[Opening TASK DATA section]

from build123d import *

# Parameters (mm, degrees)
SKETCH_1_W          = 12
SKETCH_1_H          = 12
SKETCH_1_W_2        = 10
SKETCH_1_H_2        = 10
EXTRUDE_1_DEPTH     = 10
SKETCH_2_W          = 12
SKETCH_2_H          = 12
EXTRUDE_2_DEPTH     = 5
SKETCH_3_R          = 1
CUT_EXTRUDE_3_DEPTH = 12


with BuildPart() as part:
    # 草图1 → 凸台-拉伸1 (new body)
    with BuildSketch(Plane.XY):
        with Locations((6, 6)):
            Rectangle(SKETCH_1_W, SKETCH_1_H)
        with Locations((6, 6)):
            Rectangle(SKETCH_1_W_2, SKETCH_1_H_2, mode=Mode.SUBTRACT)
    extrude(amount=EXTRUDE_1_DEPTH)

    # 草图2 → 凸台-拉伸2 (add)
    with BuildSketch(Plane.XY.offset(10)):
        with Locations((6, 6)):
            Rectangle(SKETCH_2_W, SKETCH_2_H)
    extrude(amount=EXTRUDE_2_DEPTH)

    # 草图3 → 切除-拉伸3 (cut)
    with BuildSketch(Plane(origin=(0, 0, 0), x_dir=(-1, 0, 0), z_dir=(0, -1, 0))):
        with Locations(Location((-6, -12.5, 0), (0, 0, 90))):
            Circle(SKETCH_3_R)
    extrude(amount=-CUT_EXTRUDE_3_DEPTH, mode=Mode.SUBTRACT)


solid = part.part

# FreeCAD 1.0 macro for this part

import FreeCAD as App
import Part
import Sketcher

V = App.Vector

doc = App.newDocument("Part")
body = doc.addObject("PartDesign::Body", "Body")

# Sketch on XY plane
sketch1 = body.newObject("Sketcher::SketchObject", "Sketch")
sketch1.AttachmentSupport = (doc.getObject("XY_Plane"), [""])
sketch1.MapMode = "FlatFace"
sketch1.addGeometry(Part.LineSegment(V(0, 12, 0), V(0, 0, 0)), False)
sketch1.addGeometry(Part.LineSegment(V(0, 0, 0), V(12, 0, 0)), False)
sketch1.addGeometry(Part.LineSegment(V(12, 0, 0), V(12, 12, 0)), False)
sketch1.addGeometry(Part.LineSegment(V(12, 12, 0), V(0, 12, 0)), False)
sketch1.addGeometry(Part.LineSegment(V(11, 1, 0), V(1, 1, 0)), False)
sketch1.addGeometry(Part.LineSegment(V(1, 1, 0), V(1, 11, 0)), False)
sketch1.addGeometry(Part.LineSegment(V(1, 11, 0), V(11, 11, 0)), False)
sketch1.addGeometry(Part.LineSegment(V(11, 11, 0), V(11, 1, 0)), False)
sketch1.addConstraint(Sketcher.Constraint("Coincident", 0, 2, 1, 1))
sketch1.addConstraint(Sketcher.Constraint("Coincident", 1, 2, 2, 1))
sketch1.addConstraint(Sketcher.Constraint("Coincident", 2, 2, 3, 1))
sketch1.addConstraint(Sketcher.Constraint("Coincident", 3, 2, 0, 1))
sketch1.addConstraint(Sketcher.Constraint("Coincident", 4, 2, 5, 1))
sketch1.addConstraint(Sketcher.Constraint("Coincident", 5, 2, 6, 1))
sketch1.addConstraint(Sketcher.Constraint("Coincident", 6, 2, 7, 1))
sketch1.addConstraint(Sketcher.Constraint("Coincident", 7, 2, 4, 1))
sketch1.addConstraint(Sketcher.Constraint("Vertical", 0))
sketch1.addConstraint(Sketcher.Constraint("Horizontal", 1))
sketch1.addConstraint(Sketcher.Constraint("Vertical", 2))
sketch1.addConstraint(Sketcher.Constraint("Horizontal", 3))
sketch1.addConstraint(Sketcher.Constraint("Horizontal", 4))
sketch1.addConstraint(Sketcher.Constraint("Vertical", 5))
sketch1.addConstraint(Sketcher.Constraint("Horizontal", 6))
sketch1.addConstraint(Sketcher.Constraint("Vertical", 7))
sketch1.addConstraint(Sketcher.Constraint("Coincident", 0, 2, -1, 1))
sketch1.addConstraint(Sketcher.Constraint("Equal", 3, 0))
sketch1.addConstraint(Sketcher.Constraint("Equal", 6, 5))
sketch1.addConstraint(Sketcher.Constraint("DistanceX", 1, 1, 1, 2, 12.0))
sketch1.addConstraint(Sketcher.Constraint("DistanceX", 4, 2, 4, 1, 10.0))
sketch1.addConstraint(Sketcher.Constraint("DistanceX", -1, 1, 4, 2, 1.0))
sketch1.addConstraint(Sketcher.Constraint("DistanceY", -1, 1, 4, 2, 1.0))
pad1 = body.newObject("PartDesign::Pad", "Pad")
pad1.Profile = sketch1
pad1.Length = 10

# Sketch on XY plane
sketch2 = body.newObject("Sketcher::SketchObject", "Sketch001")
sketch2.AttachmentSupport = (doc.getObject("XY_Plane"), [""])
sketch2.MapMode = "FlatFace"
sketch2.AttachmentOffset = App.Placement(V(0, 0, 10), App.Rotation())
sketch2.addGeometry(Part.LineSegment(V(0, 12, 0), V(0, 0, 0)), False)
sketch2.addGeometry(Part.LineSegment(V(0, 0, 0), V(12, 0, 0)), False)
sketch2.addGeometry(Part.LineSegment(V(12, 0, 0), V(12, 12, 0)), False)
sketch2.addGeometry(Part.LineSegment(V(12, 12, 0), V(0, 12, 0)), False)
sketch2.addConstraint(Sketcher.Constraint("Coincident", 0, 2, 1, 1))
sketch2.addConstraint(Sketcher.Constraint("Coincident", 1, 2, 2, 1))
sketch2.addConstraint(Sketcher.Constraint("Coincident", 2, 2, 3, 1))
sketch2.addConstraint(Sketcher.Constraint("Coincident", 3, 2, 0, 1))
sketch2.addConstraint(Sketcher.Constraint("Vertical", 0))
sketch2.addConstraint(Sketcher.Constraint("Horizontal", 1))
sketch2.addConstraint(Sketcher.Constraint("Vertical", 2))
sketch2.addConstraint(Sketcher.Constraint("Horizontal", 3))
sketch2.addConstraint(Sketcher.Constraint("Coincident", 0, 2, -1, 1))
sketch2.addConstraint(Sketcher.Constraint("Equal", 3, 0))
sketch2.addConstraint(Sketcher.Constraint("DistanceX", 1, 1, 1, 2, 12.0))
pad2 = body.newObject("PartDesign::Pad", "Pad001")
pad2.Profile = sketch2
pad2.Length = 5

# Sketch on XZ plane
sketch3 = body.newObject("Sketcher::SketchObject", "Sketch002")
sketch3.AttachmentSupport = (doc.getObject("XZ_Plane"), [""])
sketch3.MapMode = "FlatFace"
sketch3.addGeometry(Part.Circle(V(6, 12.5, 0), V(0, 0, 1), 1), False)
sketch3.addConstraint(Sketcher.Constraint("Diameter", 0, 2.0))
sketch3.addConstraint(Sketcher.Constraint("DistanceX", -1, 1, 0, 3, 6.0))
sketch3.addConstraint(Sketcher.Constraint("DistanceY", -1, 1, 0, 3, 12.5))
pocket1 = body.newObject("PartDesign::Pocket", "Pocket")
pocket1.Profile = sketch3
pocket1.Length = 12

doc.recompute()
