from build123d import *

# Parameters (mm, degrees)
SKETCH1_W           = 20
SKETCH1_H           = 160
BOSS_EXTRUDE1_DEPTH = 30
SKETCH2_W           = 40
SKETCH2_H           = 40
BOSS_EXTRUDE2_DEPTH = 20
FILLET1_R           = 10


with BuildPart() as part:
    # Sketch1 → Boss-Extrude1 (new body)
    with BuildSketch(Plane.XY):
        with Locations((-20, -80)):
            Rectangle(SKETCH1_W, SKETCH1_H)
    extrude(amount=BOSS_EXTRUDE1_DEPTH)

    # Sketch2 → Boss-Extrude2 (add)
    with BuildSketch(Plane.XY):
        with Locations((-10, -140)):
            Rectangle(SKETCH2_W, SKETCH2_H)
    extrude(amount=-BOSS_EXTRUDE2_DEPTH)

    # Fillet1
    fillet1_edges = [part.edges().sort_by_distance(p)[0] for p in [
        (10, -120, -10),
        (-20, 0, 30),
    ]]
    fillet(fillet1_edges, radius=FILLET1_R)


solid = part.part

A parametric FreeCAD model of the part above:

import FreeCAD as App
import Part
import Sketcher
from FreeCAD import Vector


def edges_at(feature, points):
    """Names of the edges that pass closest to the given points."""
    edges = feature.Shape.Edges
    near = lambda p: min(range(len(edges)), key=lambda i: edges[i].distToShape(Part.Vertex(*p))[0])
    return sorted({f"Edge{near(p) + 1}" for p in points})


def add_polygon(sketch, points):
    """Adds a closed chain of lines whose ends are joined by coincident constraints."""
    first, n = sketch.GeometryCount, len(points)
    for a, b in zip(points, points[1:] + points[:1]):
        sketch.addGeometry(Part.LineSegment(App.Vector(*a, 0), App.Vector(*b, 0)), False)
    for i in range(n):
        sketch.addConstraint(Sketcher.Constraint("Coincident", first + i, 2, first + (i + 1) % n, 1))

doc = App.newDocument("Part")
params = doc.addObject("Spreadsheet::Sheet", "Params")
for row, (alias, value) in enumerate([
    ("sketch1_width", "20 mm"),
    ("sketch1_height", "160 mm"),
    ("pad1_length", "30 mm"),
    ("sketch2_width", "40 mm"),
    ("pad2_length", "20 mm"),
    ("fillet_radius", "10 mm"),
], start=1):
    params.set(f"A{row}", alias)
    params.set(f"B{row}", "=" + value)
    params.setAlias(f"B{row}", alias)

body = doc.addObject("PartDesign::Body", "Body")

# Sketch on XY plane
sketch1 = body.newObject("Sketcher::SketchObject", "Sketch")
sketch1.AttachmentSupport = (doc.getObject("XY_Plane"), [""])
sketch1.MapMode = "FlatFace"
add_polygon(sketch1, [(-30, 0), (-30, -160), (-10, -160), (-10, 0)])  # lines 0-3
sketch1.addConstraint([
    Sketcher.Constraint("Vertical", 0),
    Sketcher.Constraint("Horizontal", 1),
    Sketcher.Constraint("Vertical", 2),
    Sketcher.Constraint("Horizontal", 3),
    Sketcher.Constraint("PointOnObject", 2, 2, -1),
    Sketcher.Constraint("DistanceX", 1, 1, 1, 2, 20.0),
    Sketcher.Constraint("DistanceY", 0, 2, 0, 1, 160.0),
    Sketcher.Constraint("DistanceX", 0, 2, -1, 1, 30.0),
])
sketch1.setExpression("Constraints[9]", "Params.sketch1_width")
sketch1.setExpression("Constraints[10]", "Params.sketch1_height")
pad1 = body.newObject("PartDesign::Pad", "Pad")
pad1.Profile = sketch1
pad1.setExpression("Length", "Params.pad1_length")

# Sketch on XY plane
sketch2 = body.newObject("Sketcher::SketchObject", "Sketch001")
sketch2.AttachmentSupport = (doc.getObject("XY_Plane"), [""])
sketch2.MapMode = "FlatFace"
add_polygon(sketch2, [(-30, -120), (-30, -160), (10, -160), (10, -120)])  # lines 0-3
sketch2.addConstraint([
    Sketcher.Constraint("Vertical", 0),
    Sketcher.Constraint("Horizontal", 1),
    Sketcher.Constraint("Vertical", 2),
    Sketcher.Constraint("Horizontal", 3),
    Sketcher.Constraint("Equal", 3, 0),
    Sketcher.Constraint("DistanceX", 1, 1, 1, 2, 40.0),
    Sketcher.Constraint("DistanceX", 0, 2, -1, 1, 30.0),
    Sketcher.Constraint("DistanceY", 0, 2, -1, 1, 160.0),
])
sketch2.setExpression("Constraints[9]", "Params.sketch2_width")
pad2 = body.newObject("PartDesign::Pad", "Pad001")
pad2.Profile = sketch2
pad2.setExpression("Length", "Params.pad2_length")
pad2.Reversed = True
doc.recompute()

fillet = body.newObject("PartDesign::Fillet", "Fillet")
fillet.Base = (pad2, edges_at(pad2, [(10, -120, -10), (-20, 0, 30)]))
fillet.setExpression("Radius", "Params.fillet_radius")

doc.recompute()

[Closing TASK DATA section]

WORK TO BE COMPLETED: For each line of the listing that holds the word "SUBTRACT", show that line.

ANSWER SPACE:
            Rectangle(SKETCH_1_W_2, SKETCH_1_H_2, mode=Mode.SUBTRACT)
    extrude(amount=-CUT_EXTRUDE_3_DEPTH, mode=Mode.SUBTRACT)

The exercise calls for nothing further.